List:Falcon Storage Engine« Previous MessageNext Message »
From:Olav Sandstaa Date:December 10 2008 2:29pm
Subject:Re: Crash with new dependency manager
View as plain text  
Hi,

It seems like this might not be a regression introduced by changes done 
with the new dependency manager. By running the test 4059 times with the 
code from the falcon-team tree that contains the old dependency manger I 
was able to reproduce the crash. I have filed this problem as Bug #41357 
"falcon.falcon_bug_34351_C fails with assertion IS_CONSISTENT_READ"

Olav


Olav Sandstaa wrote:
> Kevin, All,
>
> In the previous email I sent about the new dependency manager I
> mentioned that I had seen a crash with the new dependency manager. The
> crash has occurred only once in the tests that I have run, on a Windows
> machine but by running the failing test (falcon.falcon_bug_34351_C) I
> have been able to reproduce it once. I sending this email to hear if
> anyone has seen a similar crash or have ideas of what has gone wrong. I
> have not spent to much time on it yet so I might understand it better
> when I have worked more on it.
>
> The crash is an assert in Table.cpp after calling
> Transaction::getRelativeState():
>
> [Falcon] Error: assertion
> (IS_CONSISTENT_READ(transaction->isolationLevel)) failed at line 3532 in
> file Table.cpp
>
> The call stack is:
>
>
> [13] Error::assertionFailed(text = 0x157aa24
> "IS_CONSISTENT_READ(transaction->isolationLevel)", fileName = 0x157aa54
> "Table.cpp", line = 3532), line 78 in "Error.cpp"

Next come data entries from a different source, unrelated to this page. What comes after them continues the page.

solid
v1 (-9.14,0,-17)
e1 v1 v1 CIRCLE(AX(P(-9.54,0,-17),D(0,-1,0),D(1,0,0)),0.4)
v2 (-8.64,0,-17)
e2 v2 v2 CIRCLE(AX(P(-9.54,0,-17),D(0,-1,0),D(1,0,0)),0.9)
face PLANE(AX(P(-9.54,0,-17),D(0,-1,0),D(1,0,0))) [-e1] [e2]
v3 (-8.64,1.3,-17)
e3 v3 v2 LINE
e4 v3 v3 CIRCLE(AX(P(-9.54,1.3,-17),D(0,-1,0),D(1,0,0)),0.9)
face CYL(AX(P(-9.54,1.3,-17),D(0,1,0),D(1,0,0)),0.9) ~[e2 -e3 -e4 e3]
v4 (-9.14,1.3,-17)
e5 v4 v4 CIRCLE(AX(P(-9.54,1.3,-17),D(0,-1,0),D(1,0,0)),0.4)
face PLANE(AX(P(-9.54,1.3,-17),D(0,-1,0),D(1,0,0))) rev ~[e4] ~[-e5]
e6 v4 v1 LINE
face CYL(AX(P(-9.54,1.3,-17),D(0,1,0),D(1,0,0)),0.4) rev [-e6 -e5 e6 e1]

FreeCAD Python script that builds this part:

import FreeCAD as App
import Part
import Sketcher

doc = App.newDocument("Part")
params = doc.addObject("Spreadsheet::Sheet", "Params")
for row, (alias, value) in enumerate([
    ("sketch1_diameter", "0.8 mm"),
    ("pad1_length", "1.3 mm"),
    ("sketch2_diameter", "1.8 mm"),
    ("pad2_length", "1.3 mm"),
], start=1):
    params.set(f"A{row}", alias)
    params.set(f"B{row}", "=" + value)
    params.setAlias(f"B{row}", alias)

body = doc.addObject("PartDesign::Body", "Body")

# Sketch on XY plane
sketch1 = body.newObject("Sketcher::SketchObject", "Sketch")
sketch1.AttachmentSupport = (doc.getObject("XY_Plane"), [""])
sketch1.MapMode = "FlatFace"
sketch1.addGeometry(Part.Circle(App.Vector(0, 0, 0), App.Vector(0, 0, 1), 0.4), False)
sketch1.addConstraint([
    Sketcher.Constraint("Coincident", 0, 3, -1, 1),
    Sketcher.Constraint("Diameter", 0, 0.8),
])
sketch1.setExpression("Constraints[1]", "Params.sketch1_diameter")
pad1 = body.newObject("PartDesign::Pad", "Pad")
pad1.Profile = sketch1
pad1.setExpression("Length", "Params.pad1_length")
body2 = doc.addObject("PartDesign::Body", "Body001")

# Sketch on XY plane
sketch2 = body2.newObject("Sketcher::SketchObject", "Sketch001")
sketch2.AttachmentSupport = (doc.getObject("XY_Plane001"), [""])
sketch2.MapMode = "FlatFace"
sketch2.addGeometry(Part.Circle(App.Vector(0, 0, 0), App.Vector(0, 0, 1), 0.9), False)
sketch2.addConstraint([
    Sketcher.Constraint("Coincident", 0, 3, -1, 1),
    Sketcher.Constraint("Diameter", 0, 1.8),
])
sketch2.setExpression("Constraints[1]", "Params.sketch2_diameter")
pad2 = body2.newObject("PartDesign::Pad", "Pad001")
pad2.Profile = sketch2
pad2.setExpression("Length", "Params.pad2_length")
doc.recompute()

boolean = body2.newObject("PartDesign::Boolean", "Boolean")
boolean.Type = "Cut"
boolean.addObjects([body])
body3 = doc.addObject("PartDesign::Body", "Body002")
doc.recompute()

body2.Placement = App.Placement(App.Vector(-9.54, 1.3, -17), App.Rotation(App.Vector(1, 0, 0), 90))
boolean2 = body3.newObject("PartDesign::Boolean", "Boolean001")
boolean2.Type = "Fuse"
boolean2.addObjects([body2])

doc.recompute()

> [14] Table::fetchForUpdate(this = 0x1cc0ed0, transaction = 0x1cb4dc0,
> source = 0x43030f8, usingIndex = true), line 3532 in "Table.cpp"

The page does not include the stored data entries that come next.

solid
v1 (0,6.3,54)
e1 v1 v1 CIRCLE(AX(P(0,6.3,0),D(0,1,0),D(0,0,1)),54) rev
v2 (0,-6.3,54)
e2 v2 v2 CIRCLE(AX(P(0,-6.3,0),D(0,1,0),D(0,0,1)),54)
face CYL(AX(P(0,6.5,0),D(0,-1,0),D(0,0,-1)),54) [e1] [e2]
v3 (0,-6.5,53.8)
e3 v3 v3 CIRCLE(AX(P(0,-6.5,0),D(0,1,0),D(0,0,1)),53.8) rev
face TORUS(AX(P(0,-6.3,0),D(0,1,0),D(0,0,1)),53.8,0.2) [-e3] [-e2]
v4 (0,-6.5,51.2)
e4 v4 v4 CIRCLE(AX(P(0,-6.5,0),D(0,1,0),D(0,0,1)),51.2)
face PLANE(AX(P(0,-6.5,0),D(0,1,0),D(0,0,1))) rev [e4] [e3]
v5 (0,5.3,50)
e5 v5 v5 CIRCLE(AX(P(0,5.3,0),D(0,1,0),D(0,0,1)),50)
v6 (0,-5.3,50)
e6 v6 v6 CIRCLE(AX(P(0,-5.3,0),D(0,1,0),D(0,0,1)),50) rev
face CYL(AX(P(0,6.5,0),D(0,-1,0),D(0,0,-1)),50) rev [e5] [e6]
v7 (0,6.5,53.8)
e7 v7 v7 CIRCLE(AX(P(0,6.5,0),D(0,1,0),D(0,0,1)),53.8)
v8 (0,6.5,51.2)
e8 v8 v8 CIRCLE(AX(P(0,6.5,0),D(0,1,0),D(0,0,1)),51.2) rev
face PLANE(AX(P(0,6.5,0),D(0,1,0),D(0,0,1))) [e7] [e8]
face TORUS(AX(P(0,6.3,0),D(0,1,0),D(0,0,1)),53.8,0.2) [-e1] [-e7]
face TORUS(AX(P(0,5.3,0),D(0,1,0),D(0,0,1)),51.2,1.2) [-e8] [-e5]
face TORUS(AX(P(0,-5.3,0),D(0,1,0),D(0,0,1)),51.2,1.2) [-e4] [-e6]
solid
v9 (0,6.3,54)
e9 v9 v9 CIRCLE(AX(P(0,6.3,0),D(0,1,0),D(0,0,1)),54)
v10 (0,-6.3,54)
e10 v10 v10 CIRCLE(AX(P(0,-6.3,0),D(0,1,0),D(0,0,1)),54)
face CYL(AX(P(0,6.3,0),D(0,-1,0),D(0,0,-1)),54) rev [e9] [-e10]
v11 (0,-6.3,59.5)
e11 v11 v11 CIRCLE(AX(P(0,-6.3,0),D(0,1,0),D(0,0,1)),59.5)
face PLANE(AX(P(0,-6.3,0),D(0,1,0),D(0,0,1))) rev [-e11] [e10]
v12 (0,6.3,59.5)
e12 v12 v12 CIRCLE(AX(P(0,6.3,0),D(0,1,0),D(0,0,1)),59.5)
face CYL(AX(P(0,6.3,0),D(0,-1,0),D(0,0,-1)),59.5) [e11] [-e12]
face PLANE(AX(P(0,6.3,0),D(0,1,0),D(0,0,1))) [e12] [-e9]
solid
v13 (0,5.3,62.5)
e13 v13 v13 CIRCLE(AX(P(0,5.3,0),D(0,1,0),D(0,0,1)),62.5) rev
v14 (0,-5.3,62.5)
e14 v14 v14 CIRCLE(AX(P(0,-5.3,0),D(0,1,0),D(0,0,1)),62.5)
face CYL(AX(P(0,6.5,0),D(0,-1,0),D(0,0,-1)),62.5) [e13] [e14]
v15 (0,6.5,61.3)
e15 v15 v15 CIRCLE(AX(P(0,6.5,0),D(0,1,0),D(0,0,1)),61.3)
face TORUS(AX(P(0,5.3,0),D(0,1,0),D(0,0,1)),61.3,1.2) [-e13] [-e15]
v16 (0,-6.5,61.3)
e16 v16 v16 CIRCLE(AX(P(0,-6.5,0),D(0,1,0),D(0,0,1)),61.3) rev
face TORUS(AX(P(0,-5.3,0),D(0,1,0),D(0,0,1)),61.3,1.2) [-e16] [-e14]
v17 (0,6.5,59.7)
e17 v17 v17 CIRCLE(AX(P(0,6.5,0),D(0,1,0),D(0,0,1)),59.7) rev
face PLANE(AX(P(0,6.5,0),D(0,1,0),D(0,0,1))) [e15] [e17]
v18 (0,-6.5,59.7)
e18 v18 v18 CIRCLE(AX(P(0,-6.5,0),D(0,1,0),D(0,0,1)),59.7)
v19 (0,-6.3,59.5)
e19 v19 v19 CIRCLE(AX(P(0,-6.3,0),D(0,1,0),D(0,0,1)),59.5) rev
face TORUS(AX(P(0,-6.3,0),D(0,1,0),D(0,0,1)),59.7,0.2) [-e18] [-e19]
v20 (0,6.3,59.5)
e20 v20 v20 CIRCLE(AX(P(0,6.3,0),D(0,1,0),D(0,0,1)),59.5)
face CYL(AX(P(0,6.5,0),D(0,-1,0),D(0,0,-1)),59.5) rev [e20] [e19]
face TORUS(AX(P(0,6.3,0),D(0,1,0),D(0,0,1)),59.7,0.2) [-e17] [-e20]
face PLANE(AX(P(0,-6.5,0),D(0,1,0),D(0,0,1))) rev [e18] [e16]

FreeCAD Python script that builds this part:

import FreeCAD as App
import Part
import Sketcher

V = App.Vector


def edges_at(feature, points):
    """Names of the edges that pass closest to the given points."""
    edges = feature.Shape.Edges
    near = lambda p: min(range(len(edges)), key=lambda i: edges[i].distToShape(Part.Vertex(*p))[0])
    return sorted({f"Edge{near(p) + 1}" for p in points})

doc = App.newDocument("Part")
body = doc.addObject("PartDesign::Body", "Body")

# Sketch on XZ plane
sketch1 = doc.addObject("Sketcher::SketchObject", "Sketch")
body.addObject(sketch1)
sketch1.AttachmentSupport = (doc.XZ_Plane, [""])
sketch1.MapMode = "FlatFace"
sketch1.addGeometry(Part.Circle(V(0, 0, 0), V(0, 0, 1), 62), False)
sketch1.addGeometry(Part.Circle(V(0, 0, 0), V(0, 0, 1), 60), False)
sketch1.addConstraint(Sketcher.Constraint("Coincident", 0, 3, -1, 1))
sketch1.addConstraint(Sketcher.Constraint("Coincident", 1, 3, -1, 1))
sketch1.addConstraint(Sketcher.Constraint("Diameter", 0, 125.0))
sketch1.addConstraint(Sketcher.Constraint("Diameter", 1, 119.0))
pad1 = doc.addObject("PartDesign::Pad", "Pad")
body.addObject(pad1)
pad1.Profile = sketch1
pad1.Length = 13
pad1.Midplane = True
doc.recompute()

fillet = doc.addObject("PartDesign::Fillet", "Fillet")
body.addObject(fillet)
fillet.Base = (pad1, edges_at(pad1, [(-62.5, -6.5, 0), (-62.5, 6.5, 0)]))
fillet.Radius = 1.2
doc.recompute()

fillet2 = doc.addObject("PartDesign::Fillet", "Fillet001")
body.addObject(fillet2)
fillet2.Base = (fillet, edges_at(fillet, [(-59.5, -6.5, 0), (-59.5, 6.5, 0)]))
fillet2.Radius = 0.2
body2 = doc.addObject("PartDesign::Body", "Body001")

# Sketch on XZ plane
sketch2 = doc.addObject("Sketcher::SketchObject", "Sketch001")
body2.addObject(sketch2)
sketch2.AttachmentSupport = (doc.getObject("XZ_Plane001"), [""])
sketch2.MapMode = "FlatFace"
sketch2.addGeometry(Part.Circle(V(0, 0, 0), V(0, 0, 1), 54), False)
sketch2.addGeometry(Part.Circle(V(0, 0, 0), V(0, 0, 1), 50), False)
sketch2.addConstraint(Sketcher.Constraint("Coincident", 0, 3, -1, 1))
sketch2.addConstraint(Sketcher.Constraint("Coincident", 1, 3, -1, 1))
sketch2.addConstraint(Sketcher.Constraint("Diameter", 0, 108.0))
sketch2.addConstraint(Sketcher.Constraint("Diameter", 1, 100.0))
pad2 = doc.addObject("PartDesign::Pad", "Pad001")
body2.addObject(pad2)
pad2.Profile = sketch2
pad2.Length = 13
pad2.Midplane = True
doc.recompute()

fillet3 = doc.addObject("PartDesign::Fillet", "Fillet002")
body2.addObject(fillet3)
fillet3.Base = (pad2, edges_at(pad2, [(-50, -6.5, 0), (-50, 6.5, 0)]))
fillet3.Radius = 1.2
doc.recompute()

fillet4 = doc.addObject("PartDesign::Fillet", "Fillet003")
body2.addObject(fillet4)
fillet4.Base = (fillet3, edges_at(fillet3, [(-54, -6.5, 0), (-54, 6.5, 0)]))
fillet4.Radius = 0.2
body3 = doc.addObject("PartDesign::Body", "Body002")

# Sketch on XZ plane
sketch3 = doc.addObject("Sketcher::SketchObject", "Sketch002")
body3.addObject(sketch3)
sketch3.AttachmentSupport = (doc.getObject("XZ_Plane002"), [""])
sketch3.MapMode = "FlatFace"
sketch3.addGeometry(Part.Circle(V(0, 0, 0), V(0, 0, 1), 60), False)
sketch3.addGeometry(Part.Circle(V(0, 0, 0), V(0, 0, 1), 54), False)
sketch3.addConstraint(Sketcher.Constraint("Coincident", 0, 3, -1, 1))
sketch3.addConstraint(Sketcher.Constraint("Coincident", 1, 3, -1, 1))
sketch3.addConstraint(Sketcher.Constraint("Diameter", 0, 119.0))
sketch3.addConstraint(Sketcher.Constraint("Diameter", 1, 108.0))
pad3 = doc.addObject("PartDesign::Pad", "Pad002")
body3.addObject(pad3)
pad3.Profile = sketch3
pad3.Length = 12.6
pad3.Midplane = True

doc.recompute()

> [15] StorageDatabase::nextIndexed(this = 0x1d108d8, storageTable =
> 0x1cc2f08, recordBitmap = 0x1d13098, recordNumber = 14808, lockForUpdate
> = true), line 428 in "StorageDatabase.cpp"
> [16] StorageTable::nextIndexed(this = 0x1cc2f08, recordNumber = 0,
> lockForUpdate = true), line 171 in "StorageTable.cpp"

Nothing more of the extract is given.